(Dataset records)
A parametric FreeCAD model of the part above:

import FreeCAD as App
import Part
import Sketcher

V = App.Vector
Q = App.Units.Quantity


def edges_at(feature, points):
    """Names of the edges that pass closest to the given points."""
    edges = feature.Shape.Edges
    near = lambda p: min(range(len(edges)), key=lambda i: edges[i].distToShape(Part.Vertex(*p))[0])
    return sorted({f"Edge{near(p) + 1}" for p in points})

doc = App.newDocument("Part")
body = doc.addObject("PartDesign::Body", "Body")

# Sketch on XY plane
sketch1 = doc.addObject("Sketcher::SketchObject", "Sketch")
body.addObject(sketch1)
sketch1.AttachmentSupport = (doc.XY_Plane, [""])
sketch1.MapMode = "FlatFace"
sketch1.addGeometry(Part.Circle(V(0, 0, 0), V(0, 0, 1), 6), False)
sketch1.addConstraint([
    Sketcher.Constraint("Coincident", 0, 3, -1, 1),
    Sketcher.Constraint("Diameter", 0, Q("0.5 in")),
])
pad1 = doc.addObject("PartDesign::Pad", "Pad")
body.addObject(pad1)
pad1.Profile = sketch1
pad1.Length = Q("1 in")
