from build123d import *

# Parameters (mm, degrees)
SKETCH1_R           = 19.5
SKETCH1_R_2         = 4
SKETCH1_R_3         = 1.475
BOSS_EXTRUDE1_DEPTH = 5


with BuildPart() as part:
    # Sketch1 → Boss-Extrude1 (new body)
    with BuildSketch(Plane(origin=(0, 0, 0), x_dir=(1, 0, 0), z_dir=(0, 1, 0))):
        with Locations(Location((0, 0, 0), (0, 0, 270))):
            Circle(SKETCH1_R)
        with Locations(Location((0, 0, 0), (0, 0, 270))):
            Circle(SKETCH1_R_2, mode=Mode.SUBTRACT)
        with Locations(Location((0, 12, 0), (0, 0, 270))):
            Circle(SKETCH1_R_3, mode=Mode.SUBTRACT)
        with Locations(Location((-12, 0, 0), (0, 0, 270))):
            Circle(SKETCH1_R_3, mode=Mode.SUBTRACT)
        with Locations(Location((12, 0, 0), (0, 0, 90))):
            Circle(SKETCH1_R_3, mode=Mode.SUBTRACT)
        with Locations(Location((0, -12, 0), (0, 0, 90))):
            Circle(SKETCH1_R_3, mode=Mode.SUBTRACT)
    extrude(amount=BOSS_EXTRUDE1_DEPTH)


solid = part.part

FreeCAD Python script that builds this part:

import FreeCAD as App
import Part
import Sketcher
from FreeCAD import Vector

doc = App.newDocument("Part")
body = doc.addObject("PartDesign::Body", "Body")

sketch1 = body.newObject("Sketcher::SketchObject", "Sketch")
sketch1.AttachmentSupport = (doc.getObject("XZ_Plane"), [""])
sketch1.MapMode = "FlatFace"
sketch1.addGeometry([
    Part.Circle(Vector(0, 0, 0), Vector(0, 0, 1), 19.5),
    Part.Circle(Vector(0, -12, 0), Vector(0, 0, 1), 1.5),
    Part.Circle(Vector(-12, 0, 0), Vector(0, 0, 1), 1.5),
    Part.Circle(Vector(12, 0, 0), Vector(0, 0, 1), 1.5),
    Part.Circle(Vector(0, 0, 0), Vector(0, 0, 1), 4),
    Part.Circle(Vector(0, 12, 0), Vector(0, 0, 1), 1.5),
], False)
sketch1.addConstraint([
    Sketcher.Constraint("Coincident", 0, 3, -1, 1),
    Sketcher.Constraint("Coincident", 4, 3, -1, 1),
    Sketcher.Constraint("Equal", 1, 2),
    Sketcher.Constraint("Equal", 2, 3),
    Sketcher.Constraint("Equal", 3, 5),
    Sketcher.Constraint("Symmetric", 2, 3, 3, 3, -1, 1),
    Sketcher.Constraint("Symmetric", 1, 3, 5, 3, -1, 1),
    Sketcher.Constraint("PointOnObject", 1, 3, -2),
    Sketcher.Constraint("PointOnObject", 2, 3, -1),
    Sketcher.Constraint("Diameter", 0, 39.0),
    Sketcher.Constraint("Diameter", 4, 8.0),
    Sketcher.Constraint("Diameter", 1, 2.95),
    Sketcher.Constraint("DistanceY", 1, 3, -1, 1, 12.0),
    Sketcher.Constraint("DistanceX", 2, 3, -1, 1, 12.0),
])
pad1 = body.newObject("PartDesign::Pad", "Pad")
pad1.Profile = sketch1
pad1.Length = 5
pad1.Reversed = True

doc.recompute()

Task requirements:
Your job is to give the data above again exactly, in full.

Expected output:
A parametric FreeCAD model of the part above:

import FreeCAD as App
import Part
import Sketcher

V = App.Vector
Q = App.Units.Quantity


def edges_at(feature, points):
    """Names of the edges that pass closest to the given points."""
    edges = feature.Shape.Edges
    near = lambda p: min(range(len(edges)), key=lambda i: edges[i].distToShape(Part.Vertex(*p))[0])
    return sorted({f"Edge{near(p) + 1}" for p in points})

doc = App.newDocument("Part")
body = doc.addObject("PartDesign::Body", "Body")

# Sketch on XY plane
sketch1 = doc.addObject("Sketcher::SketchObject", "Sketch")
body.addObject(sketch1)
sketch1.AttachmentSupport = (doc.XY_Plane, [""])
sketch1.MapMode = "FlatFace"
sketch1.addGeometry(Part.Circle(V(0, 0, 0), V(0, 0, 1), 6), False)
sketch1.addConstraint([
    Sketcher.Constraint("Coincident", 0, 3, -1, 1),
    Sketcher.Constraint("Diameter", 0, Q("0.5 in")),
])
pad1 = doc.addObject("PartDesign::Pad", "Pad")
body.addObject(pad1)
pad1.Profile = sketch1
pad1.Length = Q("1 in")
from build123d import *

# Parameters (mm, degrees)
SKETCH1_R           = 19.5
SKETCH1_R_2         = 4
SKETCH1_R_3         = 1.475
BOSS_EXTRUDE1_DEPTH = 5


with BuildPart() as part:
    # Sketch1 → Boss-Extrude1 (new body)
    with BuildSketch(Plane(origin=(0, 0, 0), x_dir=(1, 0, 0), z_dir=(0, 1, 0))):
        with Locations(Location((0, 0, 0), (0, 0, 270))):
            Circle(SKETCH1_R)
        with Locations(Location((0, 0, 0), (0, 0, 270))):
            Circle(SKETCH1_R_2, mode=Mode.SUBTRACT)
        with Locations(Location((0, 12, 0), (0, 0, 270))):
            Circle(SKETCH1_R_3, mode=Mode.SUBTRACT)
        with Locations(Location((-12, 0, 0), (0, 0, 270))):
            Circle(SKETCH1_R_3, mode=Mode.SUBTRACT)
        with Locations(Location((12, 0, 0), (0, 0, 90))):
            Circle(SKETCH1_R_3, mode=Mode.SUBTRACT)
        with Locations(Location((0, -12, 0), (0, 0, 90))):
            Circle(SKETCH1_R_3, mode=Mode.SUBTRACT)
    extrude(amount=BOSS_EXTRUDE1_DEPTH)


solid = part.part

FreeCAD Python script that builds this part:

import FreeCAD as App
import Part
import Sketcher
from FreeCAD import Vector

doc = App.newDocument("Part")
body = doc.addObject("PartDesign::Body", "Body")

sketch1 = body.newObject("Sketcher::SketchObject", "Sketch")
sketch1.AttachmentSupport = (doc.getObject("XZ_Plane"), [""])
sketch1.MapMode = "FlatFace"
sketch1.addGeometry([
    Part.Circle(Vector(0, 0, 0), Vector(0, 0, 1), 19.5),
    Part.Circle(Vector(0, -12, 0), Vector(0, 0, 1), 1.5),
    Part.Circle(Vector(-12, 0, 0), Vector(0, 0, 1), 1.5),
    Part.Circle(Vector(12, 0, 0), Vector(0, 0, 1), 1.5),
    Part.Circle(Vector(0, 0, 0), Vector(0, 0, 1), 4),
    Part.Circle(Vector(0, 12, 0), Vector(0, 0, 1), 1.5),
], False)
sketch1.addConstraint([
    Sketcher.Constraint("Coincident", 0, 3, -1, 1),
    Sketcher.Constraint("Coincident", 4, 3, -1, 1),
    Sketcher.Constraint("Equal", 1, 2),
    Sketcher.Constraint("Equal", 2, 3),
    Sketcher.Constraint("Equal", 3, 5),
    Sketcher.Constraint("Symmetric", 2, 3, 3, 3, -1, 1),
    Sketcher.Constraint("Symmetric", 1, 3, 5, 3, -1, 1),
    Sketcher.Constraint("PointOnObject", 1, 3, -2),
    Sketcher.Constraint("PointOnObject", 2, 3, -1),
    Sketcher.Constraint("Diameter", 0, 39.0),
    Sketcher.Constraint("Diameter", 4, 8.0),
    Sketcher.Constraint("Diameter", 1, 2.95),
    Sketcher.Constraint("DistanceY", 1, 3, -1, 1, 12.0),
    Sketcher.Constraint("DistanceX", 2, 3, -1, 1, 12.0),
])
pad1 = body.newObject("PartDesign::Pad", "Pad")
pad1.Profile = sketch1
pad1.Length = 5
pad1.Reversed = True

doc.recompute()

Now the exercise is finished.